Edward IV took over.

The real problem is that England never accepted Salic law, and the French followed it assiduously.  When Henry I, son of William the Conquerer, died, he obtained the word of all of the nobles that his daughter, Matilda, would have succession rights.  This created precedent for the first (English) amendment to Salic Law...the monarchy would pass through a woman, if not reside in her.  (It took until Mary Tudor for a female monarch to be actually crowned.)  Eventually, Matilda's son Henry II did succeed, but not before the first War of the Sexes took place.  Stephen of Blois usurped the throne in 1135, but the matter was settled when it was agreed that Henry II would follow on Stephen's death.  Thus the crown passed through a woman, contrary to Salic Law.
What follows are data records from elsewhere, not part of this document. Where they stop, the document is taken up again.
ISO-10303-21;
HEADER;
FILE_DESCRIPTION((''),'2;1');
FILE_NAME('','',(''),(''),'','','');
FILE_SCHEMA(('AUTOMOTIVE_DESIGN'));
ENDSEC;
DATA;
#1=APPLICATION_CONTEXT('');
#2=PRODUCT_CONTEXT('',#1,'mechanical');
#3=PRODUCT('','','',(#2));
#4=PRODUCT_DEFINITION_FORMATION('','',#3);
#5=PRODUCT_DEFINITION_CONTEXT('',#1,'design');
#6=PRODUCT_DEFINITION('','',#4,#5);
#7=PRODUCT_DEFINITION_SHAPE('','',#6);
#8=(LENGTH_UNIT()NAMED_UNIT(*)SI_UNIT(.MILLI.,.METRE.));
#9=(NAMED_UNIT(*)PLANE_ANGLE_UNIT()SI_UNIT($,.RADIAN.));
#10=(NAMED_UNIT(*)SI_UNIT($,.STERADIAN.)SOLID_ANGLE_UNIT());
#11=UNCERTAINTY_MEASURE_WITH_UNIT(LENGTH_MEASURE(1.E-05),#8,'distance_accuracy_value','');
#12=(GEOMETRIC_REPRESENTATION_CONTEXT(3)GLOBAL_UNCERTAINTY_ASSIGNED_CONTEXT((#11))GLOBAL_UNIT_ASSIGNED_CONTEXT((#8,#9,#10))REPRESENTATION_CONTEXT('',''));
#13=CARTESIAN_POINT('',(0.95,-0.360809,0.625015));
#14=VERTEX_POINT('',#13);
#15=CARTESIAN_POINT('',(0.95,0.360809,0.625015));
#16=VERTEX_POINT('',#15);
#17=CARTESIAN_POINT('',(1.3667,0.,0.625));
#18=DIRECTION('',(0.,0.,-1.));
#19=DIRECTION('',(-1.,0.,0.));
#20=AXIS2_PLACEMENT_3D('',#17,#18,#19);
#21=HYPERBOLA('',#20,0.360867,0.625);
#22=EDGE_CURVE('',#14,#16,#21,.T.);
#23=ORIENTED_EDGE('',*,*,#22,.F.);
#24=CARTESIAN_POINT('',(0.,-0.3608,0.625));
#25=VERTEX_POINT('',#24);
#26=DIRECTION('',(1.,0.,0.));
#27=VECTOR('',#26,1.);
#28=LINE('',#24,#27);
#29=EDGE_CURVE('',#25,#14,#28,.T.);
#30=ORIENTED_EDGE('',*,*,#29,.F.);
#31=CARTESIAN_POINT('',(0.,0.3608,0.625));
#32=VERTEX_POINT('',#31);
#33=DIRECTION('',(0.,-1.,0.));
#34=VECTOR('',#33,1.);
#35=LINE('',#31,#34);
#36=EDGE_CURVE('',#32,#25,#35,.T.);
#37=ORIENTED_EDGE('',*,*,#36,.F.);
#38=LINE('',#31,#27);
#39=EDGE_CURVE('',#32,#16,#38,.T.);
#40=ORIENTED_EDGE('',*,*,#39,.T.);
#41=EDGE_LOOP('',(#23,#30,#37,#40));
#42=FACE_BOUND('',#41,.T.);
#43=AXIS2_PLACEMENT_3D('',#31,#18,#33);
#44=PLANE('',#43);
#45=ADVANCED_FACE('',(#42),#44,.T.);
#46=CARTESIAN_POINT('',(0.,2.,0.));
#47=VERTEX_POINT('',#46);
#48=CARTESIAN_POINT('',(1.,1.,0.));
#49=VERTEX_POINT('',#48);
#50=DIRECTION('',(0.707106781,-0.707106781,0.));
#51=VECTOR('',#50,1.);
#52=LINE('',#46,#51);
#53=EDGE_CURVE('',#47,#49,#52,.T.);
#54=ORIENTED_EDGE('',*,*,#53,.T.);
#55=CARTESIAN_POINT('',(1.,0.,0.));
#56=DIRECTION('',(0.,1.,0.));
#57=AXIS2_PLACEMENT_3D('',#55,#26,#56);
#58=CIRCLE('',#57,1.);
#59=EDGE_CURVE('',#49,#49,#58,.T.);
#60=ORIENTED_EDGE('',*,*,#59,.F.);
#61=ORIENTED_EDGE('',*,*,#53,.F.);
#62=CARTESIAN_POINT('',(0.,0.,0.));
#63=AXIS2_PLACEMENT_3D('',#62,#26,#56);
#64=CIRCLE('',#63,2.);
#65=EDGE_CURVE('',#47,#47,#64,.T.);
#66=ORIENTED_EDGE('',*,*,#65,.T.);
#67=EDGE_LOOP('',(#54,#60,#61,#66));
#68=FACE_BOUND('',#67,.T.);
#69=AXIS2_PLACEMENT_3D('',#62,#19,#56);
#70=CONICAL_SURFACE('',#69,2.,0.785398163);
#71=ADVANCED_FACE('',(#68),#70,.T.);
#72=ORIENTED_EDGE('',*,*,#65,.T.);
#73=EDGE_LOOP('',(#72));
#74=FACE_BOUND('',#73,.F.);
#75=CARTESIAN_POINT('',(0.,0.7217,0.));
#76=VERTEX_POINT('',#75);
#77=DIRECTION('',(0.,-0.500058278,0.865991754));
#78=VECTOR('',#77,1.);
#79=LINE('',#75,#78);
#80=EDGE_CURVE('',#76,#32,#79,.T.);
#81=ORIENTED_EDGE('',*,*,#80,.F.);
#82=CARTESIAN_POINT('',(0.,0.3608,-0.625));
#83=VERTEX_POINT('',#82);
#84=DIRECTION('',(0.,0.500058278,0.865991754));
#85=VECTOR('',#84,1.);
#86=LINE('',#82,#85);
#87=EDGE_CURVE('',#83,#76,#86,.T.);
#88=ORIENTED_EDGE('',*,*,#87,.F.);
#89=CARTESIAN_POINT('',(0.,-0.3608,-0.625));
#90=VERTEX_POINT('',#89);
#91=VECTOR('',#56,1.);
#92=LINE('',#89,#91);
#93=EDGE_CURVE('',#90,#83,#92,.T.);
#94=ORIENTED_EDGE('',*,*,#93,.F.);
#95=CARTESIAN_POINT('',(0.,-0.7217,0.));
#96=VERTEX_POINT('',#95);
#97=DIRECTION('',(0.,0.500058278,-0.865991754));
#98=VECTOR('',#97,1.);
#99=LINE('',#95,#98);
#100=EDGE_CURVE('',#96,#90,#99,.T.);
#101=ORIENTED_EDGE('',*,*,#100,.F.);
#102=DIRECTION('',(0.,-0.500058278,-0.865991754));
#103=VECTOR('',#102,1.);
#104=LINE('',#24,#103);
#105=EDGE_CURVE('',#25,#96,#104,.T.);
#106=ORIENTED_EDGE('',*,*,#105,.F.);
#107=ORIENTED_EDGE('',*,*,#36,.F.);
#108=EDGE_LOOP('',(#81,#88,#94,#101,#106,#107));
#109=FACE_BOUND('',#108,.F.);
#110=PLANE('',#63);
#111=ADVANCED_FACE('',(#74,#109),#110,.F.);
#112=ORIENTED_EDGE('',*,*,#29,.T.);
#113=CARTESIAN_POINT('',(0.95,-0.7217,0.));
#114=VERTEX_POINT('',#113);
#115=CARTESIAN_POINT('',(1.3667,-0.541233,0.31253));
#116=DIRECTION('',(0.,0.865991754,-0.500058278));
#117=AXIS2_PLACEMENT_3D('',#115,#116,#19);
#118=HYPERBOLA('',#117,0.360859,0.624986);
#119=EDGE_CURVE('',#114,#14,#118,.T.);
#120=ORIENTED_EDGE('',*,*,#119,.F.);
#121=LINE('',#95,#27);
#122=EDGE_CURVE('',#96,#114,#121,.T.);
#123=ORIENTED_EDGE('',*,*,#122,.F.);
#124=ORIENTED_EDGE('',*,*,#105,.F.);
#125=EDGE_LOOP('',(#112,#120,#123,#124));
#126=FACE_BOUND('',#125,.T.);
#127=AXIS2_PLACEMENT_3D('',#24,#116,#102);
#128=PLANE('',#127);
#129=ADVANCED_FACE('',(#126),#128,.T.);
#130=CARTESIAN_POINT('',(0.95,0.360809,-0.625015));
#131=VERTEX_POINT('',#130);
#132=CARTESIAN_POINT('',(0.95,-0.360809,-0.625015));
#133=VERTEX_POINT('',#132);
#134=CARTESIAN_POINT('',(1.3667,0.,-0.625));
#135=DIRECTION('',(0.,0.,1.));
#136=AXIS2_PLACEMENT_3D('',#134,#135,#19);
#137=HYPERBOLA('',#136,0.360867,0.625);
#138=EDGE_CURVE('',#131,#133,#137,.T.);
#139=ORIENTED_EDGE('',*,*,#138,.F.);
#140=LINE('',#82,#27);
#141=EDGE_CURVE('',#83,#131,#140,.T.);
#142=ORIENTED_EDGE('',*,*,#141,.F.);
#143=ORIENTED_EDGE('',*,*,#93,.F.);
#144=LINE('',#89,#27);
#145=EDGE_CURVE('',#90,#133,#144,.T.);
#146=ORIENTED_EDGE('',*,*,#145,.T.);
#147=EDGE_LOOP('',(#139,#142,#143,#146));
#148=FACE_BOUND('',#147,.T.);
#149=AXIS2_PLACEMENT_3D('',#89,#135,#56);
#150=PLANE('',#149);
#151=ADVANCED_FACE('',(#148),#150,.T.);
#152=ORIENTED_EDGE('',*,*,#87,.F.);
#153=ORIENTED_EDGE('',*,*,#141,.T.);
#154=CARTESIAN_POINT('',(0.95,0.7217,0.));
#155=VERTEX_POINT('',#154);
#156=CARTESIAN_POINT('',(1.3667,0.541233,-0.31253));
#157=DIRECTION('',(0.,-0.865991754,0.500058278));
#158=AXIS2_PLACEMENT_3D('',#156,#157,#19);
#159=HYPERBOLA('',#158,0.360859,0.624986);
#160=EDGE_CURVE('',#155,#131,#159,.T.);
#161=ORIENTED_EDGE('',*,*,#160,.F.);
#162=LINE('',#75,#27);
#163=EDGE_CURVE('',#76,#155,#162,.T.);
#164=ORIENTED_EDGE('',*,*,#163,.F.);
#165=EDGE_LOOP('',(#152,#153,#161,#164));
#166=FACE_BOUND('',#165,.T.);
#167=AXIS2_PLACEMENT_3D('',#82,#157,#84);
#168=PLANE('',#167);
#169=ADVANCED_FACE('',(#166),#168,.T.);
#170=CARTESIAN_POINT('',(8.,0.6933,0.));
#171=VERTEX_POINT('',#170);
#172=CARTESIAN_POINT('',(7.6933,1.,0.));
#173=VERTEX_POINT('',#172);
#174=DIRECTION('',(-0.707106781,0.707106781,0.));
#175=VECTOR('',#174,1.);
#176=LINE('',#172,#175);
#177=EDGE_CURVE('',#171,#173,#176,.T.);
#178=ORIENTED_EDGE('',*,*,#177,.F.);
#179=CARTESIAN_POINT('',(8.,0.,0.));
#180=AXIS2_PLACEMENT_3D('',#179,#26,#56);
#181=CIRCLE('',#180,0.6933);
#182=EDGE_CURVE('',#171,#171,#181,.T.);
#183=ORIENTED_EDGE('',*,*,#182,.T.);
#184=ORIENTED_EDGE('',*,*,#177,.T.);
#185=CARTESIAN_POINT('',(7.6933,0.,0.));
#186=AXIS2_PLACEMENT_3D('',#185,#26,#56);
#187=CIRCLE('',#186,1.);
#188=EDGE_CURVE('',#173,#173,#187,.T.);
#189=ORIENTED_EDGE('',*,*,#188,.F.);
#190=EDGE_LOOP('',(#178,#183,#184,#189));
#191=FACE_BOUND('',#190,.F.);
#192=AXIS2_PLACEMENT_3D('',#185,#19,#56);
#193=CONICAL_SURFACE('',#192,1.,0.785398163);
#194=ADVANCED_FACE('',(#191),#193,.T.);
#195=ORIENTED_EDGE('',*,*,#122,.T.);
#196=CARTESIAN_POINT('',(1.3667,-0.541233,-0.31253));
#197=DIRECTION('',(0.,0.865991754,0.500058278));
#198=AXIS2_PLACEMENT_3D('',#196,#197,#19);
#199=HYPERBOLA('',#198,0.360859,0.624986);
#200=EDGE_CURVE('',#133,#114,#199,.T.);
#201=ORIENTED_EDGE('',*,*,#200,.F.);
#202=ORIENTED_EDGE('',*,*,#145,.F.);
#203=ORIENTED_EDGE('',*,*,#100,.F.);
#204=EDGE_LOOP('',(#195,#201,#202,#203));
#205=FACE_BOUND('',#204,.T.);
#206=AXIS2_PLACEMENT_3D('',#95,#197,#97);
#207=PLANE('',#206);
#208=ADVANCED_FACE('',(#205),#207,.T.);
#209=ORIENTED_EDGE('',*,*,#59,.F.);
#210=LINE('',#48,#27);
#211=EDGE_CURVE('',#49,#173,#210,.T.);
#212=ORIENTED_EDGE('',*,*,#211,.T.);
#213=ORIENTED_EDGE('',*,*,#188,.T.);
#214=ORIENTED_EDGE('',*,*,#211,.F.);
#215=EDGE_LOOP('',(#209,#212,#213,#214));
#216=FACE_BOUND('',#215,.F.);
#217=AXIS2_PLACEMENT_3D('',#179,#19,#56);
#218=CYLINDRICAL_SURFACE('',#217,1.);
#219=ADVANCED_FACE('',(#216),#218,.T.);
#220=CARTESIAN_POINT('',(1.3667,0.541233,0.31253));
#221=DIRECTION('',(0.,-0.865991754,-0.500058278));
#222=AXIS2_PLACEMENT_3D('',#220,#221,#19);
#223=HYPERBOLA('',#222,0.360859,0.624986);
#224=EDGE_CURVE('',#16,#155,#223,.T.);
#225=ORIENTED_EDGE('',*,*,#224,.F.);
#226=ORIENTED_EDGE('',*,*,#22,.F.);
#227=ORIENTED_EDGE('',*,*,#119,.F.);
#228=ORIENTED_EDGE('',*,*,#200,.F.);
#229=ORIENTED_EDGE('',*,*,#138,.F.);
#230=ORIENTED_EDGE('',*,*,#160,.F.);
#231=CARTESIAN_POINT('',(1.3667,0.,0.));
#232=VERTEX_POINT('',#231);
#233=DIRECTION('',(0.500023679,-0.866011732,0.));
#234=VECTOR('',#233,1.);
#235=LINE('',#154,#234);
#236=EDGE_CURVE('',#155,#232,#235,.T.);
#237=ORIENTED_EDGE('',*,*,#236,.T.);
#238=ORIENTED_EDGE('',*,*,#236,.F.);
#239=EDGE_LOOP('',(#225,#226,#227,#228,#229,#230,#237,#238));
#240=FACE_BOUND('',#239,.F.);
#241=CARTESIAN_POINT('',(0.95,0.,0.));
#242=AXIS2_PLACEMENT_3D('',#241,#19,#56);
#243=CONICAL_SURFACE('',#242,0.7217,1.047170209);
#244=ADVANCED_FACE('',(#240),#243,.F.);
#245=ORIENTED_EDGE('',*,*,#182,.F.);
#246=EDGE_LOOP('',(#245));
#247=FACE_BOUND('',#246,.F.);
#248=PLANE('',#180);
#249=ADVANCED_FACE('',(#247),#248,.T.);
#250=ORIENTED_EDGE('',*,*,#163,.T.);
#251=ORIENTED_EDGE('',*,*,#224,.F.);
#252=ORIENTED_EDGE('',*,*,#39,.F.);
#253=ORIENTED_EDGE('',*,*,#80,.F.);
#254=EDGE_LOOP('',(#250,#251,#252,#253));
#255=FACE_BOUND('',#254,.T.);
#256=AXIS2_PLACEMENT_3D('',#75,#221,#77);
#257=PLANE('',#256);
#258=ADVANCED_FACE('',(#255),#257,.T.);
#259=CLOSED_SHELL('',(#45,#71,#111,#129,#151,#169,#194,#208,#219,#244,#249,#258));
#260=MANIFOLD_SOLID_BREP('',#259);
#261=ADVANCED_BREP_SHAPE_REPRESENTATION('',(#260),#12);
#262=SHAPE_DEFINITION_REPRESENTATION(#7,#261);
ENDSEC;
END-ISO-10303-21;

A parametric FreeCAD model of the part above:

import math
import FreeCAD as App
import Part
import Sketcher


def edges_at(feature, points):
    """Names of the edges that pass closest to the given points."""
    edges = feature.Shape.Edges
    near = lambda p: min(range(len(edges)), key=lambda i: edges[i].distToShape(Part.Vertex(*p))[0])
    return sorted({f"Edge{near(p) + 1}" for p in points})


def add_polygon(sketch, points):
    """Adds a closed chain of lines whose ends are joined by coincident constraints."""
    first, n = sketch.GeometryCount, len(points)
    for a, b in zip(points, points[1:] + points[:1]):
        sketch.addGeometry(Part.LineSegment(App.Vector(*a, 0), App.Vector(*b, 0)), False)
    for i in range(n):
        sketch.addConstraint(Sketcher.Constraint("Coincident", first + i, 2, first + (i + 1) % n, 1))

doc = App.newDocument("Part")
body = doc.addObject("PartDesign::Body", "Body")

# Sketch on XY plane
sketch1 = body.newObject("Sketcher::SketchObject", "Sketch")
sketch1.AttachmentSupport = (doc.getObject("XY_Plane"), [""])
sketch1.MapMode = "FlatFace"
add_polygon(sketch1, [(1.4, 0), (8, 0), (8, 1), (1, 1), (0, 2), (0, 0.7), (0.9, 0.7)])  # lines 0-6
sketch1.addConstraint(Sketcher.Constraint("Horizontal", 0))
sketch1.addConstraint(Sketcher.Constraint("Vertical", 1))
sketch1.addConstraint(Sketcher.Constraint("Horizontal", 2))
sketch1.addConstraint(Sketcher.Constraint("Vertical", 4))
sketch1.addConstraint(Sketcher.Constraint("Horizontal", 5))
sketch1.addConstraint(Sketcher.Constraint("PointOnObject", 0, 2, -1))
sketch1.addConstraint(Sketcher.Constraint("PointOnObject", 3, 2, -2))
sketch1.addConstraint(Sketcher.Constraint("DistanceY", 1, 1, 1, 2, 1.0))
sketch1.addConstraint(Sketcher.Constraint("DistanceX", -1, 1, 0, 2, 8.0))
sketch1.addConstraint(Sketcher.Constraint("DistanceX", -1, 1, 2, 2, 1.0))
That laid the groundwork for Henry V.  Everyone who has ever watched the film Braveheart knows the story of Isabel, daughter of Phillip IV of France, who married the notoriously gay Prince Edward II.  Phillip IV and his male heirs died off, leaving only Isabel for the French crown...if you followed English rules of succession.  The curtain closes on that act with England claiming the French crown, and France denying it to them.
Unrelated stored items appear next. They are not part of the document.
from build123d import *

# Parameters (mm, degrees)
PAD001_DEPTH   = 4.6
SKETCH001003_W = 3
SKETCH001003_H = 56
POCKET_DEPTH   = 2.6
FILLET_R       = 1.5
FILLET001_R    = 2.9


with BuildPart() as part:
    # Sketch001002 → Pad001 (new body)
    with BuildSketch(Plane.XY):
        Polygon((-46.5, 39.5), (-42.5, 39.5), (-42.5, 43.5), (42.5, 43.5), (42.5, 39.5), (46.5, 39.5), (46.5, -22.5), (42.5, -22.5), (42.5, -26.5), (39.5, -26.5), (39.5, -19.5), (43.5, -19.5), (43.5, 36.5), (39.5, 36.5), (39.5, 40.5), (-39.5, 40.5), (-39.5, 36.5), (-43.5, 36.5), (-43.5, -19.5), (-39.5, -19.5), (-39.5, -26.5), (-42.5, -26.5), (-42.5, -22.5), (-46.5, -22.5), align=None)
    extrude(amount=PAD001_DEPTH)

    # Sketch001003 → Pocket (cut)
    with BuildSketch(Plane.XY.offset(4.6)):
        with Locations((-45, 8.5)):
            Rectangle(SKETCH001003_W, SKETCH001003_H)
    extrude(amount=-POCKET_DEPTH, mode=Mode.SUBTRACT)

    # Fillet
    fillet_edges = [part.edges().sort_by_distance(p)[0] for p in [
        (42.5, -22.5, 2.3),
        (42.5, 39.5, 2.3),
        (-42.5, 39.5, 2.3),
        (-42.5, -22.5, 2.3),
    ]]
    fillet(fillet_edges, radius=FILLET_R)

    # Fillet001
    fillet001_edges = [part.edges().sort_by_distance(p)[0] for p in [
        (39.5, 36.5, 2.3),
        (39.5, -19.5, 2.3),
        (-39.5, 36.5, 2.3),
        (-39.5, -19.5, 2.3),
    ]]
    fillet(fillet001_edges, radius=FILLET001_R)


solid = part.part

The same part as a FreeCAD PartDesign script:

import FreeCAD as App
import Part
import Sketcher
from FreeCAD import Vector
Q = App.Units.Quantity


def edges_at(feature, points):
    """Names of the edges that pass closest to the given points."""
    edges = feature.Shape.Edges
    near = lambda p: min(range(len(edges)), key=lambda i: edges[i].distToShape(Part.Vertex(*p))[0])
    return sorted({f"Edge{near(p) + 1}" for p in points})


def add_polygon(sketch, points):
    """Adds a closed chain of lines whose ends are joined by coincident constraints."""
    first, n = sketch.GeometryCount, len(points)
    for a, b in zip(points, points[1:] + points[:1]):
        sketch.addGeometry(Part.LineSegment(App.Vector(*a, 0), App.Vector(*b, 0)), False)
    for i in range(n):
        sketch.addConstraint(Sketcher.Constraint("Coincident", first + i, 2, first + (i + 1) % n, 1))

doc = App.newDocument("Part")
body = doc.addObject("PartDesign::Body", "Body")

# Sketch on XY plane
sketch1 = doc.addObject("Sketcher::SketchObject", "Sketch")
body.addObject(sketch1)
sketch1.AttachmentSupport = (doc.XY_Plane, [""])
sketch1.MapMode = "FlatFace"
add_polygon(sketch1, [(-42.5, 39.5), (-46.5, 39.5), (-46.5, -22.5), (-42.5, -22.5), (-42.5, -26.5), (-39.5, -26.5), (-39.5, -19.5), (-43.5, -19.5), (-43.5, 36.5), (-39.5, 36.5), (-39.5, 40.5), (39.5, 40.5), (39.5, 36.5), (43.5, 36.5), (43.5, -19.5), (39.5, -19.5), (39.5, -26.5), (42.5, -26.5), (42.5, -22.5), (46.5, -22.5), (46.5, 39.5), (42.5, 39.5), (42.5, 43.5), (-42.5, 43.5)])  # lines 0-23
sketch1.addConstraint([
    Sketcher.Constraint("Horizontal", 0),
    Sketcher.Constraint("Vertical", 1),
    Sketcher.Constraint("Horizontal", 2),
    Sketcher.Constraint("Vertical", 3),
    Sketcher.Constraint("Horizontal", 4),
    Sketcher.Constraint("Vertical", 5),
    Sketcher.Constraint("Horizontal", 6),
    Sketcher.Constraint("Vertical", 7),
    Sketcher.Constraint("Horizontal", 8),
    Sketcher.Constraint("Vertical", 9),
    Sketcher.Constraint("Horizontal", 10),
    Sketcher.Constraint("Vertical", 11),
    Sketcher.Constraint("Horizontal", 12),
    Sketcher.Constraint("Vertical", 13),
    Sketcher.Constraint("Horizontal", 14),
    Sketcher.Constraint("Vertical", 15),
    Sketcher.Constraint("Horizontal", 16),
    Sketcher.Constraint("Vertical", 17),
    Sketcher.Constraint("Horizontal", 18),
    Sketcher.Constraint("Vertical", 19),
    Sketcher.Constraint("Horizontal", 20),
    Sketcher.Constraint("Vertical", 21),
    Sketcher.Constraint("Horizontal", 22),
    Sketcher.Constraint("Vertical", 23),
    Sketcher.Constraint("Symmetric", 8, 2, 11, 2, -2),
    Sketcher.Constraint("Symmetric", 6, 2, 13, 2, -2),
    Sketcher.Constraint("Symmetric", 4, 2, 15, 2, -2),
    Sketcher.Constraint("Symmetric", 2, 2, 17, 2, -2),
    Sketcher.Constraint("Symmetric", 0, 2, 19, 2, -2),
    Sketcher.Constraint("Vertical", 5, 2, 8, 2),
    Sketcher.Constraint("Vertical", 17, 2, 20, 2),
    Sketcher.Constraint("Vertical", 3, 2, 22, 2),
    Sketcher.Constraint("Equal", 2, 6),
    Sketcher.Constraint("Equal", 20, 3),
    Sketcher.Constraint("Equal", 3, 9),
    Sketcher.Constraint("Equal", 17, 21),
    Sketcher.Constraint("DistanceX", 0, 2, 0, 1, Q("4 mm")),
    Sketcher.Constraint("DistanceX", 4, 1, 4, 2, Q("3 mm")),
    Sketcher.Constraint("DistanceX", 10, 1, 10, 2, Q("79 mm")),
    Sketcher.Constraint("DistanceY", 1, 2, 1, 1, Q("62 mm")),
    Sketcher.Constraint("DistanceY", 5, 1, 5, 2, Q("7 mm")),
    Sketcher.Constraint("DistanceY", 7, 1, 7, 2, Q("56 mm")),
    Sketcher.Constraint("DistanceY", -1, 1, 0, 2, Q("39.5 mm")),
])
pad1 = doc.addObject("PartDesign::Pad", "Pad")
body.addObject(pad1)
pad1.Profile = sketch1
pad1.Length = 4.6

# Sketch on XY plane
sketch2 = doc.addObject("Sketcher::SketchObject", "Sketch001")
body.addObject(sketch2)
sketch2.AttachmentSupport = (doc.XY_Plane, [""])
sketch2.MapMode = "FlatFace"
sketch2.AttachmentOffset = App.Placement(Vector(0, 0, 4.6), App.Rotation())
add_polygon(sketch2, [(-46.5, 36.5), (-46.5, -19.5), (-43.5, -19.5), (-43.5, 36.5)])  # lines 0-3
sketch2.addConstraint([
    Sketcher.Constraint("Vertical", 0),
    Sketcher.Constraint("Horizontal", 1),
    Sketcher.Constraint("Vertical", 2),
    Sketcher.Constraint("Horizontal", 3),
    Sketcher.Constraint("DistanceX", 1, 1, 1, 2, Q("3 mm")),
    Sketcher.Constraint("DistanceY", 0, 2, 0, 1, Q("56 mm")),
    Sketcher.Constraint("DistanceX", 0, 2, -1, 1, Q("46.5 mm")),
    Sketcher.Constraint("DistanceY", 0, 2, -1, 1, Q("19.5 mm")),
])
pocket1 = doc.addObject("PartDesign::Pocket", "Pocket")
body.addObject(pocket1)
pocket1.Profile = sketch2
pocket1.Length = 2.6
doc.recompute()

fillet = doc.addObject("PartDesign::Fillet", "Fillet")
body.addObject(fillet)
fillet.Base = (pocket1, edges_at(pocket1, [
    (42.5, -22.5, 2.3),
    (42.5, 39.5, 2.3),
    (-42.5, 39.5, 2.3),
    (-42.5, -22.5, 2.3),
]))
fillet.Radius = 1.5
doc.recompute()

fillet2 = doc.addObject("PartDesign::Fillet", "Fillet001")
body.addObject(fillet2)
fillet2.Base = (fillet, edges_at(fillet, [
    (39.5, 36.5, 2.3),
    (39.5, -19.5, 2.3),
    (-39.5, 36.5, 2.3),
    (-39.5, -19.5, 2.3),
]))
fillet2.Radius = 2.9

doc.recompute()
Isabel's son, Edward III, died leaving too many sons, and so turmoil ruled.  Eventually the Earl of Bolingbroke, grandson of Edward III, usurped the throne and started the Lancastrian line (his father was the Duke of Lancaster) as Henry IV.  His son was Henry V, who married Cathrine de Voilois, merging the two nations briefly.

But the French never bought into that tricky legal maneuver that amended the Salic Law, to allow women to rule.  So, for the French no dynastic rights could pass through a woman, and Isabel's claim was naught.  In a huge note of irony, it took a woman to establish that women could not rule in France: Joan of Arc.